SPCL’s activities at ISC’18

Just a brief overview of SPCL’s (non-NDA) ongoing and upcoming activities at ISC’18.

1) We’re in the middle of the Advanced MPI Tutorial

With Antoni Pena from Barcelona Supercomputing Center, Tweet

2) Wednesday, 26.06., 11:15am, Talk: Automatic compiler-driven GPU acceleration with Polly-ACC

Part of the session “Challenges for Developing & Supporting HPC Applications” organized by Bill Gropp. (Related work)

3) Wednesday, 26.06., 1:45pm, Torsten organizes the session “Data Centric Computing” with speakers Anshu Dubey, Felix Wolf, John Shalf, and Keshav Pingali

4) Thursday, 28.06., 10:00am, Talk: High-level Code Transformations for Generating Fast Hardware
(Megabyte room)

At Post Moore’s Law HPC Computing (HCPM) workshop (Related work)

5) Thursday, 28.06., 12:20pm, Talk: Demystifying Parallel and Distributed Deep Learning: An In-Depth Concurrency Analysis
(Gold 3 room)

At Workshop on the Convergence of Large Scale Simulation and Artificial Intelligence (Related work)

6) Thursday, 28.06., 3:20pm, Talk: A Network Accelerator Programming Interface
(Megabyte room)

At Post Moore Interconnects (Beyond CMOS) Workshop (Related work)

7) Thursday, 28.06., Panel: Performance Analysis and Instrumentation of Networks
(Basalt room)

At International Workshop on Communication Architectures for HPC, Big Data, Deep Learning and Clouds at Extreme Scale (Related work)

8) Friday, 29.06., European Processor Initiative (EPI) Steering Meeting

In addition to these public appearances, we’re involved in many meetings, vendor presentations, booth appearances, and other activities. Meet us around the conference and booths!

SC18′s improved reviewing process – call for papers and comments

Disclaimer: This blog post is not binding for the SC18 submission process. It attempts to explain the background and history of the innovations. For authoritative answers regarding the process, authors MUST refer to the SC18 webpage and FAQ!

What many of us know can also be shown with numbers: The SC conference is the most prestigious conference in High Performance Computing (HPC). It is listed as rank 6 in the “Computing Systems” Category in Google Scholar’s Metrics (with H-index 47 on January 21st 2018). It is only topped by TPDS, FGCS, NSDI, ISCA, and ASPLOS and thus the highest ranked HPC conference! The next one is arguably PPoPP with H-index 37 and rank 20.

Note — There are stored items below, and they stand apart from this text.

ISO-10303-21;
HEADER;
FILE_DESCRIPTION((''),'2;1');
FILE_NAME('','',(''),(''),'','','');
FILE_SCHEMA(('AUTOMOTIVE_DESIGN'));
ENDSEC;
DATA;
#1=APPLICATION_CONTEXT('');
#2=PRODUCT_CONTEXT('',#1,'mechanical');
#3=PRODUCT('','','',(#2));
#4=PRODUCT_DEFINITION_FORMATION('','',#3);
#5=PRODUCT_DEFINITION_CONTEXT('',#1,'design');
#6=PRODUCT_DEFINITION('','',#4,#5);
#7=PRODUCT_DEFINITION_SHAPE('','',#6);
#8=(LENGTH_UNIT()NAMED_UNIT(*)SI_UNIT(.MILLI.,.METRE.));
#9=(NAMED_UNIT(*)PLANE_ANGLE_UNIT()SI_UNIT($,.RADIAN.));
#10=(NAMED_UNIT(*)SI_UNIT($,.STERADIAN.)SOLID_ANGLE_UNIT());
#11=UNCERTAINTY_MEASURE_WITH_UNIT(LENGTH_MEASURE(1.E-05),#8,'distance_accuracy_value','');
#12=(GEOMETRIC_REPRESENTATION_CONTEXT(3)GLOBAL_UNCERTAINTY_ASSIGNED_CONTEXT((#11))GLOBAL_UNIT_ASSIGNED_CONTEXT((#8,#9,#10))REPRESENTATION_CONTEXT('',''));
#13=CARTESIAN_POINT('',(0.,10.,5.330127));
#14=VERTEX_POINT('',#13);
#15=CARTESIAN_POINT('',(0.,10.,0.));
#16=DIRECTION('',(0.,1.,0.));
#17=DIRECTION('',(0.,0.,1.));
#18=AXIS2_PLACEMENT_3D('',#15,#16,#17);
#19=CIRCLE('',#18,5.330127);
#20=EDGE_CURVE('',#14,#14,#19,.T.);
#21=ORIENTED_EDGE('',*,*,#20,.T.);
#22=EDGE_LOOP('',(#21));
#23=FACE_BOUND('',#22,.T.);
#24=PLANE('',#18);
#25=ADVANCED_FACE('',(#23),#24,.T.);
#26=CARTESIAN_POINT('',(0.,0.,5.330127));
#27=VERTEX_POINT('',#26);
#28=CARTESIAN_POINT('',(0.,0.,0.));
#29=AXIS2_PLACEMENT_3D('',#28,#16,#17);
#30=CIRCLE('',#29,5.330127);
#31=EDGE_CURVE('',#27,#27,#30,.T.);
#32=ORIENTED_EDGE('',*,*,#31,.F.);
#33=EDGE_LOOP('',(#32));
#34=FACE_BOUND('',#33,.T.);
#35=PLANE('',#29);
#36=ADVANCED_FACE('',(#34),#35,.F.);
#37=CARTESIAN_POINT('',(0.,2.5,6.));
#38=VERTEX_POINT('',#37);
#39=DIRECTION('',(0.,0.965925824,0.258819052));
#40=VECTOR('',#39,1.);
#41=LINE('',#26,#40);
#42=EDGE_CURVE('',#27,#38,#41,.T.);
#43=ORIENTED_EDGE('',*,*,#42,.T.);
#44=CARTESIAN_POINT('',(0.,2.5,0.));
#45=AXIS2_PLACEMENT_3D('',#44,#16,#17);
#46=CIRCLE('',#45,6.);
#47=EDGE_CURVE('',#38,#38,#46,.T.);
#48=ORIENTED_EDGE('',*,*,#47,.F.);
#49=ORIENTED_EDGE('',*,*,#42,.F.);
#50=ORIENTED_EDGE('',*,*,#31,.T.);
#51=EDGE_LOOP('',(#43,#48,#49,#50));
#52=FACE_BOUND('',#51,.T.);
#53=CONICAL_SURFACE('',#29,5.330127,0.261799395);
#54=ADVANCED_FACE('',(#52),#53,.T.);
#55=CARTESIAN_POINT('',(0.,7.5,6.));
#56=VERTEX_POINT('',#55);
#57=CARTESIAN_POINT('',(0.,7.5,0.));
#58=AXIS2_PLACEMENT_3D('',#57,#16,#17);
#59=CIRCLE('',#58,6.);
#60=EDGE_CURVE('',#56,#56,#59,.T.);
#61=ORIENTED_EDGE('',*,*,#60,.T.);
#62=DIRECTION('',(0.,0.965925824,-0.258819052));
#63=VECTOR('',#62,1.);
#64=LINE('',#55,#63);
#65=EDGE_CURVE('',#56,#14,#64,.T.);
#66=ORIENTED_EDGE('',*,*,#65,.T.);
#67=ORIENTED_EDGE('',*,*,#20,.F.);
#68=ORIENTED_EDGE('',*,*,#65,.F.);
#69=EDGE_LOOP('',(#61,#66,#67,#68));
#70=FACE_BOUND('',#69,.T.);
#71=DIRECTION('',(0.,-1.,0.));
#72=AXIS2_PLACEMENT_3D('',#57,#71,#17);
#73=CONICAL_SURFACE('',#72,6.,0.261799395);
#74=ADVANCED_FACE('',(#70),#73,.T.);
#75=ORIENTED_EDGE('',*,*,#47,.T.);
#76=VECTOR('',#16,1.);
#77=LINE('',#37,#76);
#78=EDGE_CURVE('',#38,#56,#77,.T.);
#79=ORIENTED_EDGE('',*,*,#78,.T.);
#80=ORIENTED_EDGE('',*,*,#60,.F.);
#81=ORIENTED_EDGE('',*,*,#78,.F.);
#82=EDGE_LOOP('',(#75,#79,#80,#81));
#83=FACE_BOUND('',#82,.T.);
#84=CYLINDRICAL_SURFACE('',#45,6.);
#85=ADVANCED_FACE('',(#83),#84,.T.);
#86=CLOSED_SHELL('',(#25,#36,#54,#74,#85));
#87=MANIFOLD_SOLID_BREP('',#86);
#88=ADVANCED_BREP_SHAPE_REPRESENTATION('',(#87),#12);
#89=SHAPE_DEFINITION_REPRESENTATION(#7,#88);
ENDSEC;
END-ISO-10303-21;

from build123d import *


with BuildPart() as part:
    # Sketch → Revolution (revolve)
    with BuildSketch(Plane.YZ):
        Polygon((0, 0), (0, 5.330127), (2.5, 6), (7.5, 6), (10, 5.330127), (10, 0), align=None)
    revolve(axis=Axis((0, 0, 0), (0, 1, 0)))


solid = part.part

The SC conference routinely attracts more than 10,000 attendees and nearly 50% indicated in a representative survey that attending technical presentations was within their top-3 activities. This makes it definitely the HPC conference where speakers reach the largest audience. I speak from experience: my talk at SC17 probably had more than 400 listeners in the audience and its twitter announcement quickly surpassed 10,000 views. So it definitely is the conference where big things start.

This year, I am honored to be SC18′s program chair, with the enormous help of my vice chair Todd Gamblin from LLNL. To make this great conference even greater, especially for authors and readers/attendees, we plan some major changes to the submission process: In addition to rebuttals, we introduce two different types of revisions during the submission. This allows the authors to address reviewer issues right within the paper draft while they may also add new data to support their discoveries. Rebuttals are still possible but will probably become less important because misunderstandings can be clarified right in the draft. Whether the paper is accepted or rejected, the authors will have an improved version. The revision process leads to an increased interaction between the committee and the authors, which eventually will increase the quality of the publications and talks at the conference. The overall process could be described as an attempt to merge the best parts of the journal review process (expert reviewers and revisions) with the conference review process (fixed schedule and quick turnaround).

This process has been tested and introduced to the HPC field by David Keyes and myself at the ACM PASC 2016 conference in Switzerland. We were inspired by top-class conferences in the field of architecture and databases but adopted their process to the HPC community. The established PASC review process motivated the addition of revisions for IPDPS 2018 (through the advocacy of Marc Snir). Now, we introduce similar improvements scaled to the Supercomputing conference series.

The key innovations of the PASC review process were (1) no standing committee (the committee was established by the chairs based on the submissions, similar to a journal); (2) fully double-blind reviews (not even the TPC chairs knew the identity of the authors); (3) short revisions of papers (the authors could submit revised manuscripts with highlighted changes), and (4) expert reviewers (the original reviewers were asked to suggest experts in the topic for a second round of reviews). The results are documented in a presentation and a paper.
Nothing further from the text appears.